私は間々家まどか。みんなからはママって呼ばれてるの。

墓森遥です……。

あの、幽霊になった私の姿を見ても、引かないんですか……?

当然じゃない。これまで言葉を話すマグロやら死神やらゴブリンやら……今更、幽霊ぐらいで何よ。可愛いものじゃない。
ありがとうございます……あなたは強いんですね。

そんな風に受け入れてもらったのは初めてで……何だか、心が温かくなってきました。

今なら私……成仏できるかもしれないです。

あらあら、随分と安い成仏ねぇ。

まだやり残したことがいっぱいあるんでしょ?

ほら、ママに話してみなさいな。

それが……私、誰かに褒められたことが無くて……。

それに恋だって全然足りなくて……未練だらけで、成仏できないんです。

それは可哀想だったわねぇ。いいわ、ママがうんと褒めてあげる。

よしよし、辛かったわね……なでなで。

ま、ママ……。
あらあら、もっとちゃんと呼んでくれないと困るわ。
ママぁぁぁぁああああ……!!
あらあら……うふふ。
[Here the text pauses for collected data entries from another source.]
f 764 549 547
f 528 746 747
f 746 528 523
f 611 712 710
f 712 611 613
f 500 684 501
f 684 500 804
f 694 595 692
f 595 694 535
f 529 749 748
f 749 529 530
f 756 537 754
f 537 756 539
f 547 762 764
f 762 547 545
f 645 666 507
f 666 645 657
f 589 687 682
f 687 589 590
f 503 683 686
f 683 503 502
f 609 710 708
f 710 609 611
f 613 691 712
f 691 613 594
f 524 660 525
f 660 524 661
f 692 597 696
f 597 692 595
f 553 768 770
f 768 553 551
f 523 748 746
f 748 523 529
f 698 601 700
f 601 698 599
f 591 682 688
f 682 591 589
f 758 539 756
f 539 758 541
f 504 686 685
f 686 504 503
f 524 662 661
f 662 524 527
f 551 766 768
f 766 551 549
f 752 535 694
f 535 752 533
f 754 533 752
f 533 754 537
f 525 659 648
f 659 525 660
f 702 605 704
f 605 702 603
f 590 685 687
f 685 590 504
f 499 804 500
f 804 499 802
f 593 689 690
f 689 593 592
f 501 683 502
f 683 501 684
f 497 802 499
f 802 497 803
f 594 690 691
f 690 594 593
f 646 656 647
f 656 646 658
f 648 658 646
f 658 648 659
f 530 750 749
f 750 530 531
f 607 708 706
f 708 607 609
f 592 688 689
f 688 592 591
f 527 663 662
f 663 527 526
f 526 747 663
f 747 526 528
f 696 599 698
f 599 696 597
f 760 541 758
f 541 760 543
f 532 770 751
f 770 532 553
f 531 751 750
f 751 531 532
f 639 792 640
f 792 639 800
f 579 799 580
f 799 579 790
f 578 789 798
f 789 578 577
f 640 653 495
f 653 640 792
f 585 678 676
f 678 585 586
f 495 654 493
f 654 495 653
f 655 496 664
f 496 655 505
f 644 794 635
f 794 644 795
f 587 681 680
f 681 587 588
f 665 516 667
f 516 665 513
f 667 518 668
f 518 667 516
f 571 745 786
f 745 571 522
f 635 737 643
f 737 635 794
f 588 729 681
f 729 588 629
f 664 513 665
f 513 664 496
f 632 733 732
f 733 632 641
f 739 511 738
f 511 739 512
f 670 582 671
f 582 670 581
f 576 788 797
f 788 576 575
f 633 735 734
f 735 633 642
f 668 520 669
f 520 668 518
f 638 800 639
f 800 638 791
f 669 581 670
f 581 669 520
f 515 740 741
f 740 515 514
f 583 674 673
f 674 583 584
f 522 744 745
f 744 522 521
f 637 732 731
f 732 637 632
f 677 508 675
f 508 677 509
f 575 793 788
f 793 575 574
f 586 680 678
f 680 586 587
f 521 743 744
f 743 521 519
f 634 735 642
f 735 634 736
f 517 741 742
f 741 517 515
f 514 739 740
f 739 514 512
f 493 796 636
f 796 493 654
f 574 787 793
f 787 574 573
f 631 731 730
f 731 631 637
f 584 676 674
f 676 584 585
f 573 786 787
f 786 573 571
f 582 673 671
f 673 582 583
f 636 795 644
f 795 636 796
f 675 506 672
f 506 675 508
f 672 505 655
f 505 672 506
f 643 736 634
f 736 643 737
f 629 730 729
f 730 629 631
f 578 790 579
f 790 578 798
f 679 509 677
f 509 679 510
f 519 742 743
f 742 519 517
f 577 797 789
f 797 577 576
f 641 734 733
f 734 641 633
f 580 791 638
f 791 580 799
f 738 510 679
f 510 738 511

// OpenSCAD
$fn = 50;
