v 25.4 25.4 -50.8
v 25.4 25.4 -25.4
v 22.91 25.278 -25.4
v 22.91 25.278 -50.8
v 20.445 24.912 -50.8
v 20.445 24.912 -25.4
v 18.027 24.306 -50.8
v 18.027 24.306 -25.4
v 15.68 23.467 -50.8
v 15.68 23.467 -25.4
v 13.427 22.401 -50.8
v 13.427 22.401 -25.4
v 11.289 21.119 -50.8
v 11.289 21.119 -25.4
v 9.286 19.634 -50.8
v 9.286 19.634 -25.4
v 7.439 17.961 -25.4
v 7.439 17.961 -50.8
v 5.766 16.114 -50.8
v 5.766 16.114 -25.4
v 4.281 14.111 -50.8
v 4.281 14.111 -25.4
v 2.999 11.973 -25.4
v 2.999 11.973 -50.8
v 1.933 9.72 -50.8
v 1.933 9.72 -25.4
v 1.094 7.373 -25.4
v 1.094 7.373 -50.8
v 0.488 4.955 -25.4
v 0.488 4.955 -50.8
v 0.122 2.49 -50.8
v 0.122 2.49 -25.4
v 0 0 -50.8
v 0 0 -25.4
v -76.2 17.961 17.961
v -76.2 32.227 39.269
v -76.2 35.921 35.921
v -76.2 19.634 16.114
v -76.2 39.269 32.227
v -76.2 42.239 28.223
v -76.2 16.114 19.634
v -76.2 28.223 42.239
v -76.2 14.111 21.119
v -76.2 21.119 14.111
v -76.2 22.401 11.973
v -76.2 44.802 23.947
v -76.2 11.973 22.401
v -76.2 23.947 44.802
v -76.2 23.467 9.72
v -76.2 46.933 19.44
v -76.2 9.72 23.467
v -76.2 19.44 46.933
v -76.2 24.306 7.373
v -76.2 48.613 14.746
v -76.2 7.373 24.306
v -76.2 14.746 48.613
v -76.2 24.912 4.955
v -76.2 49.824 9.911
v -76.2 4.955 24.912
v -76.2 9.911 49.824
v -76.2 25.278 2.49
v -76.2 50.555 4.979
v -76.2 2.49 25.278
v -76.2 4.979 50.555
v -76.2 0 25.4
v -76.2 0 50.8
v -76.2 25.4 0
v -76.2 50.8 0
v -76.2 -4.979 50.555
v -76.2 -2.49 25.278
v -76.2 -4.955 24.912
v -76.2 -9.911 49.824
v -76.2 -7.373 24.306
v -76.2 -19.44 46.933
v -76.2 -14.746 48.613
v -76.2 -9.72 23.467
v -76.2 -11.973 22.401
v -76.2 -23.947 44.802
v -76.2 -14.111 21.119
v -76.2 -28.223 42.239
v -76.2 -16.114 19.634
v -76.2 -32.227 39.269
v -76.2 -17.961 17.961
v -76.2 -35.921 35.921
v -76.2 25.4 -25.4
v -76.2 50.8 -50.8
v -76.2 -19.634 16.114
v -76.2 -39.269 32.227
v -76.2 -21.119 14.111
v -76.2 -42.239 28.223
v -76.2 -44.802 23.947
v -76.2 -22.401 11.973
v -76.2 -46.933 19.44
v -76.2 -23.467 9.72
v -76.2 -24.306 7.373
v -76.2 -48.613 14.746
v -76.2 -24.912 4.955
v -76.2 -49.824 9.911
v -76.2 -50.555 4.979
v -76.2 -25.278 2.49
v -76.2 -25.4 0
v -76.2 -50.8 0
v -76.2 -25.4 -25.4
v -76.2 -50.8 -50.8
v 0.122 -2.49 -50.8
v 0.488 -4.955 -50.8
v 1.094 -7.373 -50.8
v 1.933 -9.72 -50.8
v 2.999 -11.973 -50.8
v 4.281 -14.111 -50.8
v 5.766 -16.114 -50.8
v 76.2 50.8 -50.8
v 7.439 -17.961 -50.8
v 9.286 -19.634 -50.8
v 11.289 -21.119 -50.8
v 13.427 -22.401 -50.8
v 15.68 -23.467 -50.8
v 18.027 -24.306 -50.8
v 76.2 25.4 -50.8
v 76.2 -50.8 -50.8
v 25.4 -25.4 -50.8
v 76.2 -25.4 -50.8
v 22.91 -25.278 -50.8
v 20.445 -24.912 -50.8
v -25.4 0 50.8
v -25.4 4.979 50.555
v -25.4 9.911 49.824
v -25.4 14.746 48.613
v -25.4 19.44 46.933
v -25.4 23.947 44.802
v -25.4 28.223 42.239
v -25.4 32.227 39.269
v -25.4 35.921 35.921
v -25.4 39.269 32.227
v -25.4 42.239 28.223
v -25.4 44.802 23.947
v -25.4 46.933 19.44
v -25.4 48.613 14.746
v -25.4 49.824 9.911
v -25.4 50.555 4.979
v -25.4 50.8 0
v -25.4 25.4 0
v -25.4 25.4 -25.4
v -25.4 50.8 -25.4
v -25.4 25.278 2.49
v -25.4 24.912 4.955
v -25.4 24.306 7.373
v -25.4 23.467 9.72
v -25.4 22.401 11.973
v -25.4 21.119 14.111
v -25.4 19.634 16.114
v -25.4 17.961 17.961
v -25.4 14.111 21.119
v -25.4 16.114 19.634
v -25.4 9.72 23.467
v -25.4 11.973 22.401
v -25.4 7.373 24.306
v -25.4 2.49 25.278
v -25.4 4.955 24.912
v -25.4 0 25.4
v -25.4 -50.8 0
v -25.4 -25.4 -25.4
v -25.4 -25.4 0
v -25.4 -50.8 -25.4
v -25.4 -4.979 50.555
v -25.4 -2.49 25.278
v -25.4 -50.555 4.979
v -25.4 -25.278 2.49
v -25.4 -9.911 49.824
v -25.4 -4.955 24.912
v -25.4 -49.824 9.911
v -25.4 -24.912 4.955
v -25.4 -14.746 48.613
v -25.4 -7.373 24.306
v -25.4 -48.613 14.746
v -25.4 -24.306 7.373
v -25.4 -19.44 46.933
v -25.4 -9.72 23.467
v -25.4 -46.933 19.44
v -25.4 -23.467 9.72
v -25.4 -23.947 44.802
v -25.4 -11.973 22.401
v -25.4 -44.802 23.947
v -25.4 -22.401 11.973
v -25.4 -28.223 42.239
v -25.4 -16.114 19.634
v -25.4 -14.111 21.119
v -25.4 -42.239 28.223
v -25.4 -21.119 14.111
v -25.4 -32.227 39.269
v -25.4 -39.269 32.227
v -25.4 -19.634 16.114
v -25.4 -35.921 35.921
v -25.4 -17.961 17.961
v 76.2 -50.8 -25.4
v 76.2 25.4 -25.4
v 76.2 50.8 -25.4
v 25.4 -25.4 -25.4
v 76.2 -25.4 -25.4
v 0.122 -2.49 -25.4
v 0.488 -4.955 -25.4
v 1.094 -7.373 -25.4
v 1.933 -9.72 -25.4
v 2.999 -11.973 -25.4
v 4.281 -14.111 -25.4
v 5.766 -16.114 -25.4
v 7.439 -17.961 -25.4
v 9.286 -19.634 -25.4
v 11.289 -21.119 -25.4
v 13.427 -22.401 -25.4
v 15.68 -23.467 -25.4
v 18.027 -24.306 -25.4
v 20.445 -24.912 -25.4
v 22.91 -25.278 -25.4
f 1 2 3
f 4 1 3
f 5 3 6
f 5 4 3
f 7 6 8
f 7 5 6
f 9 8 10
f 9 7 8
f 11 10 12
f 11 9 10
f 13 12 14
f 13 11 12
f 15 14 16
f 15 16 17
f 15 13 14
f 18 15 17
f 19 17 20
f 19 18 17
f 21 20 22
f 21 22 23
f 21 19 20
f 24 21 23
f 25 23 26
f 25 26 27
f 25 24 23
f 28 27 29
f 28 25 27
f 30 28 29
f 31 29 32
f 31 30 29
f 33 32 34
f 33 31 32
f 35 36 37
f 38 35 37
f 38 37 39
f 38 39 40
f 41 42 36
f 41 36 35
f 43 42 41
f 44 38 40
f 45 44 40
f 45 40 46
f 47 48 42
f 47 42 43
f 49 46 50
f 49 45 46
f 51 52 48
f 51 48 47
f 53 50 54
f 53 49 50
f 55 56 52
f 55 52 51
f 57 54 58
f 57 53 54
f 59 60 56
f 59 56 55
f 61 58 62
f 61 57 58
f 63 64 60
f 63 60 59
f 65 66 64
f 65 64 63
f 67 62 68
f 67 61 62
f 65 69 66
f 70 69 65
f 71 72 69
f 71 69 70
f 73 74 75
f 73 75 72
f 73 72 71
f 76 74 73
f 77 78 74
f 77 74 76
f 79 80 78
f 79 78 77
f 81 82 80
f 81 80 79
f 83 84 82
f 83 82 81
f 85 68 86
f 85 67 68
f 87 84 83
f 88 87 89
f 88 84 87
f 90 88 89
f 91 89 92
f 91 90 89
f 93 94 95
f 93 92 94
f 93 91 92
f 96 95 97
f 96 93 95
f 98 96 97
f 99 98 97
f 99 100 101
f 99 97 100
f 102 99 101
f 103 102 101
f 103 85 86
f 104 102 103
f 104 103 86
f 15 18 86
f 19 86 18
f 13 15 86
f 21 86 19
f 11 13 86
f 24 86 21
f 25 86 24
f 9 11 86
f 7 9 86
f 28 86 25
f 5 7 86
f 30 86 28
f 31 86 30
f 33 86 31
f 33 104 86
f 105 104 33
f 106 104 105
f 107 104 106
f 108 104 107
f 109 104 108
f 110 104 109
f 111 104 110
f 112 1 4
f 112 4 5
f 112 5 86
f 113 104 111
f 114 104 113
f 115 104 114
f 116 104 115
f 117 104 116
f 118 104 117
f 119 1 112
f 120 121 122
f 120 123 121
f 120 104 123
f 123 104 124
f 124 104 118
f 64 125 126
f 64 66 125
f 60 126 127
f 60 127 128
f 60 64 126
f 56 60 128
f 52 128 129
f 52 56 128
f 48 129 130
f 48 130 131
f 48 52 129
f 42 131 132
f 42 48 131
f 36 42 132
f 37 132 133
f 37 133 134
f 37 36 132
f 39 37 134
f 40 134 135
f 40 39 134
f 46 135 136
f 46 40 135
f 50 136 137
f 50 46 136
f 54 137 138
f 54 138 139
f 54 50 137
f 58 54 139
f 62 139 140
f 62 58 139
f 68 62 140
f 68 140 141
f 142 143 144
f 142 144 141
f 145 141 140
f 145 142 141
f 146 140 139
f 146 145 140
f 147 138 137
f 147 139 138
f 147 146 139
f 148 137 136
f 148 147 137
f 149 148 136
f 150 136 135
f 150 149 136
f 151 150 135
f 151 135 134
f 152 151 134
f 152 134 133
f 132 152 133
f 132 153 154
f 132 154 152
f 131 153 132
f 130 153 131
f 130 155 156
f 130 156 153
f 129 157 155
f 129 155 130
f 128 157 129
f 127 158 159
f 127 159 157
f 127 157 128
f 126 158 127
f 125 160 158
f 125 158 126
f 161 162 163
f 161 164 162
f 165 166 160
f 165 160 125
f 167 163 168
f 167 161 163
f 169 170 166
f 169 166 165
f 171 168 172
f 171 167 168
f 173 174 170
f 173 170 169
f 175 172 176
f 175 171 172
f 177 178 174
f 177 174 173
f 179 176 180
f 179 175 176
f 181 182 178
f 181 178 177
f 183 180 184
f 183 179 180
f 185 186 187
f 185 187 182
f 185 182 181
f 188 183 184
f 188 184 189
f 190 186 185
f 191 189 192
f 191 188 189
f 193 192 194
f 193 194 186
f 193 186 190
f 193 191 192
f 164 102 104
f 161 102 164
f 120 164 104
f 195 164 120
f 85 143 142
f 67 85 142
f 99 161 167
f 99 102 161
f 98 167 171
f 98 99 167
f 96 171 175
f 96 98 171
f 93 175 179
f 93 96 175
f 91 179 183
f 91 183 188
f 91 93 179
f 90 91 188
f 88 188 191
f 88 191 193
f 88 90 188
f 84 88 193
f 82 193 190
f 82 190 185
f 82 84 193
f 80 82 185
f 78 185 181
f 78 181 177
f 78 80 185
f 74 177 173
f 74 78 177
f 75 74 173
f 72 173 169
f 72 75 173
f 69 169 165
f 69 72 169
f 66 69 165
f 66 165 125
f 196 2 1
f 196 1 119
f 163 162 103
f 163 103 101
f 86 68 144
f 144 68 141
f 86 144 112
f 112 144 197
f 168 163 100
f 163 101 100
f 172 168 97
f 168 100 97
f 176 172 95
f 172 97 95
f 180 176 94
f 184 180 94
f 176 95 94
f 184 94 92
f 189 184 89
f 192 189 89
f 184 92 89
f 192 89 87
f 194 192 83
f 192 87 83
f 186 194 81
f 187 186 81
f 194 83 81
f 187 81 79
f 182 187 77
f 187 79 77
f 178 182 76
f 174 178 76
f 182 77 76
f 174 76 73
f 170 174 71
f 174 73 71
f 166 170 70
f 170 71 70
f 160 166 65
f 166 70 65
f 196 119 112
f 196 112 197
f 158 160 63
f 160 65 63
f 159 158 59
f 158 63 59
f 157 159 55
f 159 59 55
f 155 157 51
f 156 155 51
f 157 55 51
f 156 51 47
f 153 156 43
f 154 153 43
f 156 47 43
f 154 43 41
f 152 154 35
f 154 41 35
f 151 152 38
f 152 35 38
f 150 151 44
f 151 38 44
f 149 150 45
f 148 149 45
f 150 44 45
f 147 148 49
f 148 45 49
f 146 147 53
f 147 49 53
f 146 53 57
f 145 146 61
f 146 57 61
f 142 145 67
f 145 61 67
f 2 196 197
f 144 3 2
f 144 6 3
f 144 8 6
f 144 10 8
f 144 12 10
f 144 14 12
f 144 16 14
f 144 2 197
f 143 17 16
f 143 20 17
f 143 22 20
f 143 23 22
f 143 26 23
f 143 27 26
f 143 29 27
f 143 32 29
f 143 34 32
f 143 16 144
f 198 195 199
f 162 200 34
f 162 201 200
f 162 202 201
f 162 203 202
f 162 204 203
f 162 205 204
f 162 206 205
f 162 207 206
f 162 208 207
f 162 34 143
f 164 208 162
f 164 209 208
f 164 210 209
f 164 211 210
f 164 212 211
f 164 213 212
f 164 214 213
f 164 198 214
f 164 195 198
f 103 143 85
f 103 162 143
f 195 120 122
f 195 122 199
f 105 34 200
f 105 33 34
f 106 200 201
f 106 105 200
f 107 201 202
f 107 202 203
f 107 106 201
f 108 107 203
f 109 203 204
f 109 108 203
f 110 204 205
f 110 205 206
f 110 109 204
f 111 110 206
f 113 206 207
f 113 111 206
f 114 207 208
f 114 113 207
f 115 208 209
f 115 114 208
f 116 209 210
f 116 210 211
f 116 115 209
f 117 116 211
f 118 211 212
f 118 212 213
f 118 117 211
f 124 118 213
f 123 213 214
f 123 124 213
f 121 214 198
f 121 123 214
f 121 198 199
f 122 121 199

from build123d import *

# Parameters (mm, degrees)
F1_DEPTH = 50.8
F2_W     = 50.8
F2_H     = 50.8
F3_DEPTH = 204.4911384583
F4_W     = 76.2
F4_H     = 50.8
F5_DEPTH = 61.3817144185
F6_R     = 50.79999
F7_R     = 25.39999
F8_R     = 25.39999


# Not quite as in the source:
# - a fillet or chamfer is up to 0.001 mm smaller than in the source, because OpenCascade refuses the exact size


with BuildPart() as f1:
    # F0 (on Front) → F1 (new body, symmetric)
    with BuildSketch(Plane.XZ):
        Polygon((-25.4, -25.4), (-25.4, 50.8), (-76.2, 50.8), (-76.2, -50.8), (76.2, -50.8), (76.2, -25.4), align=None)
    extrude(amount=F1_DEPTH, both=True)

    # F2 (on face) → F3 (cut)
    with BuildSketch(Plane.YZ.offset(-25.4)):
        Rectangle(F2_W, F2_H)
    extrude(amount=-F3_DEPTH, mode=Mode.SUBTRACT)

    # F4 (on face) → F5 (cut)
    with BuildSketch(Plane.XY.offset(-25.4)):
        with Locations((38.1, 0)):
            Rectangle(F4_W, F4_H)
    extrude(amount=-F5_DEPTH, mode=Mode.SUBTRACT)

    # F6 (radius 50.8 in the source; OpenCascade refuses exactly that, so slightly less here)
    f6_edges = [f1.edges().sort_by_distance(p)[0] for p in [
        (-50.8, -50.8, 50.8),
        (-50.8, 50.8, 50.8),
    ]]
    fillet(f6_edges, radius=F6_R)

    # F7 (radius 25.4 in the source; OpenCascade refuses exactly that, so slightly less here)
    f7_edges = [f1.edges().sort_by_distance(p)[0] for p in [
        (-50.8, -25.4, 25.4),
        (-50.8, 25.4, 25.4),
    ]]
    fillet(f7_edges, radius=F7_R)

    # F8 (radius 25.4 in the source; OpenCascade refuses exactly that, so slightly less here)
    f8_edges = [f1.edges().sort_by_distance(p)[0] for p in [
        (0, -25.4, -38.1),
        (0, 25.4, -38.1),
    ]]
    fillet(f8_edges, radius=F8_R)


solid = f1.part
辛かったわね。大変だったわね。

ほら、このミルク飲んで元気だして。

あ、ありがとうママ……ごくっごくっ。

温かくて、飲みやすくて、すごく美味しい……!

そういう風に褒めてもらえると、逆にちょっと恥ずかしいわ♪

私の自家製ミルクなの。しっかり味わってね。

自家製……なんですか?

ママの身体からミルク……出るんですか?

あ、当たり前じゃない。

あれ、何だか目が怖いわよ? ど――どうしたの?

ママの身体から直接飲みたいです!
何言ってるのこの子!?

じ、自分が何言ってるか分かる!?

こういうことよ!?
構いません。始めましょう。

それに――もしかしたらこれで、

成仏できるかもっていう確信があるんです。

今まで色んな赤ん坊の世話をしてきたけど、

そんなこと言ってきたの、あなたが初めてよ。

……仕方ないわね。

ちょっと脱ぐから、そこで待ってなさい。

……

…………

……………………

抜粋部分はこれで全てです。